2509001381
  • Open Access
  • Article

Intelligent Control of Compensating Devices for Power Quality Enhancement in Radial Network

  • Imran Ahmad Quadri 1,*,   
  • Nayan Kumar 2,   
  • Shahzad Ahsan 3

Received: 05 Sep 2025 | Revised: 19 Sep 2025 | Accepted: 22 Sep 2025 | Published: 28 Sep 2025

Abstract

In order to enhance the operational efficacy of distributionnetworks (DPNs) across technical, economic and environmental aspects within a real-time operational framework, meticulous regulation of reactive power is imperative. In the present study, a Comprehensive Teaching-Learning based Optimization (CTLBO) algorithm is employed for network reconfiguration (NR) and optimal allocation of Distribution Static Synchronous Compensators (DSTATCOMs) for single-objective along with 24-hour practical load profiles in the IEEE 33-bus and 69-bus radial distribution systems (RDSs).
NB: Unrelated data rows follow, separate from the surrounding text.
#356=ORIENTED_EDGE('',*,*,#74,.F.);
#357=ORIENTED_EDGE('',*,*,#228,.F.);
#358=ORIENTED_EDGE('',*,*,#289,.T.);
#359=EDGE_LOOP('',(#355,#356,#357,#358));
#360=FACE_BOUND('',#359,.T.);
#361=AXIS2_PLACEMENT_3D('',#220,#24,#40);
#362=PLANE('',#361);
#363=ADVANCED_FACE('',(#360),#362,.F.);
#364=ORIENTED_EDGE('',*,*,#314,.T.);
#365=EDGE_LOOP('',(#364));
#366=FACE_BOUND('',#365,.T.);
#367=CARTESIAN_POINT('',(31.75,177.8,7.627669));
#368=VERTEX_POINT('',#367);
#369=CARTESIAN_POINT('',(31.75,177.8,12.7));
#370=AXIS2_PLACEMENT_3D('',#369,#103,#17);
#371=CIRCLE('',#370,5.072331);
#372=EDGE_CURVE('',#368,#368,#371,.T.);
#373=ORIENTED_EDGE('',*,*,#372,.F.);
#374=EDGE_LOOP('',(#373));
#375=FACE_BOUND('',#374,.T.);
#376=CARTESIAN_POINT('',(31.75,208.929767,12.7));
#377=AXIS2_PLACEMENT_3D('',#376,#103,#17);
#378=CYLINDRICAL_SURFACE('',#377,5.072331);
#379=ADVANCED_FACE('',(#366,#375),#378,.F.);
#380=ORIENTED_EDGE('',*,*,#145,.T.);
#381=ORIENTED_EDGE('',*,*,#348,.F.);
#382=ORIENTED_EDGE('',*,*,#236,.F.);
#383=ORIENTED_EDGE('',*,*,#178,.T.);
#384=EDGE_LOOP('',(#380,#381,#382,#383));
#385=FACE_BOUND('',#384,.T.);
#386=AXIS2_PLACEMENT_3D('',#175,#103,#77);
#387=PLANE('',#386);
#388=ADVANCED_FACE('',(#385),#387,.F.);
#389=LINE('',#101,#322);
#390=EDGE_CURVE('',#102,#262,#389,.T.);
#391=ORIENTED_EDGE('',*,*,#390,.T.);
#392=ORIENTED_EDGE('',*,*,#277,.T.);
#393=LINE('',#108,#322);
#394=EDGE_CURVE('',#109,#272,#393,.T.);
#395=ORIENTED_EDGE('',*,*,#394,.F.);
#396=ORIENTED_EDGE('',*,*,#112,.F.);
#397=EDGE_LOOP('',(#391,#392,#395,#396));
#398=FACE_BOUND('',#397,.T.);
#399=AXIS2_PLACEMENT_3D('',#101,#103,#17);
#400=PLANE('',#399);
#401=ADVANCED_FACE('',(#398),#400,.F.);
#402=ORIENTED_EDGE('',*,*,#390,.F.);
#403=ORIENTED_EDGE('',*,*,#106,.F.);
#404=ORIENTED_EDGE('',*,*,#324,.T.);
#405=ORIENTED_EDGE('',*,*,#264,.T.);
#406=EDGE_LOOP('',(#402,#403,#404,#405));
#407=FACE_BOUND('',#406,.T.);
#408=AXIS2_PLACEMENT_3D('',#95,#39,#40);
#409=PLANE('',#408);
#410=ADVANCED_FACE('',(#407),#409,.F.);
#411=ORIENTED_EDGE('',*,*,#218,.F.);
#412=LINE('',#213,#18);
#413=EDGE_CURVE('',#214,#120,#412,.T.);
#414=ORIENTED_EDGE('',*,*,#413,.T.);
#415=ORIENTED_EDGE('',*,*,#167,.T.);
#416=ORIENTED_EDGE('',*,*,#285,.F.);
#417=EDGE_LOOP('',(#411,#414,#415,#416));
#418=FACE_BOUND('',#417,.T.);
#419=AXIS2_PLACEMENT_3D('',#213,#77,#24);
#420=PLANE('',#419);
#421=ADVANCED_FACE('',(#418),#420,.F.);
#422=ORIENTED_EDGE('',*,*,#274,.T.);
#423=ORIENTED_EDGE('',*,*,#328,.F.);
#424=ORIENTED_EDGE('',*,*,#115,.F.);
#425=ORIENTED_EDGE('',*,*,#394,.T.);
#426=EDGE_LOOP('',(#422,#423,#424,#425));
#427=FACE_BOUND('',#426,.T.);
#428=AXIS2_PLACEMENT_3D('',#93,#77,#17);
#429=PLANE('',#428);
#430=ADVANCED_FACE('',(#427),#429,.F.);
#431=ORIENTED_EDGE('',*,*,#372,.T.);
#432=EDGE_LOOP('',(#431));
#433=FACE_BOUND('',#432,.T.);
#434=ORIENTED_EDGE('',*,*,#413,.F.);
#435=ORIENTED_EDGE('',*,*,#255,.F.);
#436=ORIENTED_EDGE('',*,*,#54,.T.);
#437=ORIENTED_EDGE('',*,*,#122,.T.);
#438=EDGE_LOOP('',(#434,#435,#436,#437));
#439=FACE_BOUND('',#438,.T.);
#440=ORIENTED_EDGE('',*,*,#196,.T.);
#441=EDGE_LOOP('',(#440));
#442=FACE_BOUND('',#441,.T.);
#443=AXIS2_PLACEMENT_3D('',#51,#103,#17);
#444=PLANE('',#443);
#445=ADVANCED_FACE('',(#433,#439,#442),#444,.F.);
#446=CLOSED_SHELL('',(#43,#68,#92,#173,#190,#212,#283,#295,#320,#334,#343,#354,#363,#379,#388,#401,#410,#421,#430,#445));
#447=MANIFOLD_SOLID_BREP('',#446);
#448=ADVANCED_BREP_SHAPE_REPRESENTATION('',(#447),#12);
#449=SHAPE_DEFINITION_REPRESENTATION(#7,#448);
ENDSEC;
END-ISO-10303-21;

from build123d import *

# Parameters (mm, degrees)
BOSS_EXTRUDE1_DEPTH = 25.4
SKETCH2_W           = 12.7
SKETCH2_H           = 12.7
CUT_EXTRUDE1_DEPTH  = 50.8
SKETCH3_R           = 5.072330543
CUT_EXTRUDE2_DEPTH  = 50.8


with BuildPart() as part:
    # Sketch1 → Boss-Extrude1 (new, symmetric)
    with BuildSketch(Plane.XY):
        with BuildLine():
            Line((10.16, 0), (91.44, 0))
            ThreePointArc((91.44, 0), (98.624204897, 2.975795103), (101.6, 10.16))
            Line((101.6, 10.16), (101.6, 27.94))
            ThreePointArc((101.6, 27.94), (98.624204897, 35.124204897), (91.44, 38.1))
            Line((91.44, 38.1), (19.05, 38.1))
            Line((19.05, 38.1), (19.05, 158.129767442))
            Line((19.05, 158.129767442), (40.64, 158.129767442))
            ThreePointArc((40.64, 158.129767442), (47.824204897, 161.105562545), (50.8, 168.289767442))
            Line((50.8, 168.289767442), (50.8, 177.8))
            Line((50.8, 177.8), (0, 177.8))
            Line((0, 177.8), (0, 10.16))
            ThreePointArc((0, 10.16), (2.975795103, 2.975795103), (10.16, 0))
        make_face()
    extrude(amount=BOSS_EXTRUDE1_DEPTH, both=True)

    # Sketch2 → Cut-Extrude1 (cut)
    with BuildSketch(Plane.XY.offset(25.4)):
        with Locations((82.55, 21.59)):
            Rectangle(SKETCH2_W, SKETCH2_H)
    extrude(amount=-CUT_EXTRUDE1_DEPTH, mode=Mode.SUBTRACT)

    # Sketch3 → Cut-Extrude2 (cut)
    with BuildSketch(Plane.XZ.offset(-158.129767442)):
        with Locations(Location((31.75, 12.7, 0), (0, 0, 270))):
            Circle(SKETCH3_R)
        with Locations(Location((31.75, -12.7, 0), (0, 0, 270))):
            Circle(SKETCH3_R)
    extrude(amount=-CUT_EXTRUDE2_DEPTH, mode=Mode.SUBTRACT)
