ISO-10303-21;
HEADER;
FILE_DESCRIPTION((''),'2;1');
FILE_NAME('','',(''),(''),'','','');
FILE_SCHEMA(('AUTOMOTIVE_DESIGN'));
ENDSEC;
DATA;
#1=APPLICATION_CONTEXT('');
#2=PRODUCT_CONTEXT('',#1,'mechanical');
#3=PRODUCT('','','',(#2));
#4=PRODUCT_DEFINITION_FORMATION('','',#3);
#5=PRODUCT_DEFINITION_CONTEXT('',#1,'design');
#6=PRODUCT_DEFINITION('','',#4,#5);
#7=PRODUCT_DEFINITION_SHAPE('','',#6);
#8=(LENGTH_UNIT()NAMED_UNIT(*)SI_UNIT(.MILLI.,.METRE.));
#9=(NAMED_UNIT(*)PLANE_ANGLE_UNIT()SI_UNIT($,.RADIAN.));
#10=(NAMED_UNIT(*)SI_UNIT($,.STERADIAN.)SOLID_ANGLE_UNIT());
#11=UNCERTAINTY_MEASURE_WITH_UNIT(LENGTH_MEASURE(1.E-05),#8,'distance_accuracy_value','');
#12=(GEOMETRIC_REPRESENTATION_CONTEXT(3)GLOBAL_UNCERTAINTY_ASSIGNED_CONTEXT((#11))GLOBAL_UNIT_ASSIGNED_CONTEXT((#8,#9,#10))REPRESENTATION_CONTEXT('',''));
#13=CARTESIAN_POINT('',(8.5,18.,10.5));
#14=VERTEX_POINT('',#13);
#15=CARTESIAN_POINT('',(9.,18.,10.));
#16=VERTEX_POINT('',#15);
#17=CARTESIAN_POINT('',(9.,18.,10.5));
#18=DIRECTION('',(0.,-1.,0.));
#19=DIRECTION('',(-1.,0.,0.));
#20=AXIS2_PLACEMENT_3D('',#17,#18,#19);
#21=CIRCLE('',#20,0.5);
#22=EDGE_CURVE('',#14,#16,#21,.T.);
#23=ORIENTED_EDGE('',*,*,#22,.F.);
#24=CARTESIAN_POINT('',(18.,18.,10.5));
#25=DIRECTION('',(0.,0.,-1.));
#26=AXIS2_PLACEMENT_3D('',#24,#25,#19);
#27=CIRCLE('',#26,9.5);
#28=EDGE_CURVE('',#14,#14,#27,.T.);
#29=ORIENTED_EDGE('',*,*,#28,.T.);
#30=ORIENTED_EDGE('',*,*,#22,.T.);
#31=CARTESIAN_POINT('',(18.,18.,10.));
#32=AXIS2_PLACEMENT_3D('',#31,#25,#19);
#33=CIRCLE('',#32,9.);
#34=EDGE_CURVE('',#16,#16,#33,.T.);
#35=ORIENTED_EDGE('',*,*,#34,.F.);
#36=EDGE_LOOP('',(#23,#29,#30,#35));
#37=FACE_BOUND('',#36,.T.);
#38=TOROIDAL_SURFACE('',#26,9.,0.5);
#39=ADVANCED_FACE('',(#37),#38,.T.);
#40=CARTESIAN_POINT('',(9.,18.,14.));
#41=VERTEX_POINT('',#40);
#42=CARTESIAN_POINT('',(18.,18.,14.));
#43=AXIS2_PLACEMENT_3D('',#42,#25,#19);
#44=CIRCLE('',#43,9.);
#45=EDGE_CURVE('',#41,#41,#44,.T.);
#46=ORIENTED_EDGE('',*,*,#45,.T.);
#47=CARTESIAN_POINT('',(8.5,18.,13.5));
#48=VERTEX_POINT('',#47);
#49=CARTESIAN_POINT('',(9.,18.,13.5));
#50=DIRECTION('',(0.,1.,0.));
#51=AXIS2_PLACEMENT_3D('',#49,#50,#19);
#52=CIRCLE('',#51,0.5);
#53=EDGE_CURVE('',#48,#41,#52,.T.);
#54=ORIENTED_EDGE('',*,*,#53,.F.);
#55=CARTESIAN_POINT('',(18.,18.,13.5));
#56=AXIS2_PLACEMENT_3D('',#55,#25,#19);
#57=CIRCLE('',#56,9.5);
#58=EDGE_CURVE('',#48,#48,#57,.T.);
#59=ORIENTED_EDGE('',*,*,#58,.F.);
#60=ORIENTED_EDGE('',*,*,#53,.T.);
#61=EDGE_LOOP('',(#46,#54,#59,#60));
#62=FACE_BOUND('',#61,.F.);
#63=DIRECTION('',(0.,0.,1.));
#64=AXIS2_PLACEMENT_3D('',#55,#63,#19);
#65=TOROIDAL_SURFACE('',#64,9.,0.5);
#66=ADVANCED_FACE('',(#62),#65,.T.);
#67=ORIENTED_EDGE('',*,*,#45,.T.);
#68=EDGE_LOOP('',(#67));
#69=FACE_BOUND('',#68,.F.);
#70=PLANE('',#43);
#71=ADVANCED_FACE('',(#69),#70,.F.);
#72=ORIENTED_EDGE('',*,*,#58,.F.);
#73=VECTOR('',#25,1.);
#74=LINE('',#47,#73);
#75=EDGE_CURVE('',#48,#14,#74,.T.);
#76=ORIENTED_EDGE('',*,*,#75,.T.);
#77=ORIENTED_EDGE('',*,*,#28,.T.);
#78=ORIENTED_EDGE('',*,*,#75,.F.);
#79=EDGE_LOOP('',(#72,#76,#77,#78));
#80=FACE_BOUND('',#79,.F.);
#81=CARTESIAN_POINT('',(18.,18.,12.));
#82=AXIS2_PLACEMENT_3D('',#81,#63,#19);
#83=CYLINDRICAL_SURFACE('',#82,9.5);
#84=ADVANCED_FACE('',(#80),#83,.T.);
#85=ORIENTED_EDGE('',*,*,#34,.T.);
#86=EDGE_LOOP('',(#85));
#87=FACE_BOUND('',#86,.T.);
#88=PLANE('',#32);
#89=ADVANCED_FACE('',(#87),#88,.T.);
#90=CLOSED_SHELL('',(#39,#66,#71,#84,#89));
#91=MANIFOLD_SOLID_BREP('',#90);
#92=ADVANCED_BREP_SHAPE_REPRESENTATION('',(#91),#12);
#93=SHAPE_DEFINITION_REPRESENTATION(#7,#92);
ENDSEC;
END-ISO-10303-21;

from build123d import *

# Parameters (mm, degrees)
CYLINDER002_R             = 9.5
CYLINDER002_DEPTH         = 2
FILLET003_R               = 0.5
CYLINDER003_R             = 9.5
CYLINDER003_DEPTH         = 2
FILLET002_R               = 0.5
FUSION002_PLACEMENT_ANGLE = 180


with BuildPart() as fillet003:
    # Cylinder002 → Cylinder002 (new body)
    with BuildSketch(Plane.XY.offset(12)):
        Circle(CYLINDER002_R)
    extrude(amount=CYLINDER002_DEPTH)

    # Fillet003
    fillet003_edges = [fillet003.edges().sort_by_distance(p)[0] for p in [
        (-9.5, 0, 14),
    ]]
    fillet(fillet003_edges, radius=FILLET003_R)


with BuildPart() as disc:
    # Cylinder003 → Cylinder003 (new body)
    with BuildSketch(Plane.XY.offset(11)):
        Circle(CYLINDER003_R)
    extrude(amount=CYLINDER003_DEPTH)

    # Fillet002
    fillet002_edges = [disc.edges().sort_by_distance(p)[0] for p in [
        (-9.5, 0, 11),
    ]]
    fillet(fillet002_edges, radius=FILLET002_R)


with BuildPart() as disc_1:
    # Fillet002 placement: moved
    add(disc.part.moved(Location((0, 0, -1))))

    # Fusion002: union Fillet003
    add(fillet003.part)


with BuildPart() as disc_2:
    # Fusion002 placement: moved
    add(disc_1.part.moved(Location((18, 18, 24))).rotate(Axis((18, 18, 24), (0, 1, 0)), FUSION002_PLACEMENT_ANGLE))


solid = disc_2.part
Several case studies demonstrate that simultaneous NR and DSTATCOM allocation is the most effective solution for reduction of system losses, operational costs and emission. The results further demonstrates the superiority in terms of convergence characteristics, solution robustness and global optimality of the CTLBO algorithm under complex , multi-criteria constraints for NR and DSTATCOM allocation in RDS against established bio-inspired metaheuristics such as the Immune Algorithm (IA), Bat Algorithm (BA) and Bacterial Foraging Optimization Algorithm (BFOA).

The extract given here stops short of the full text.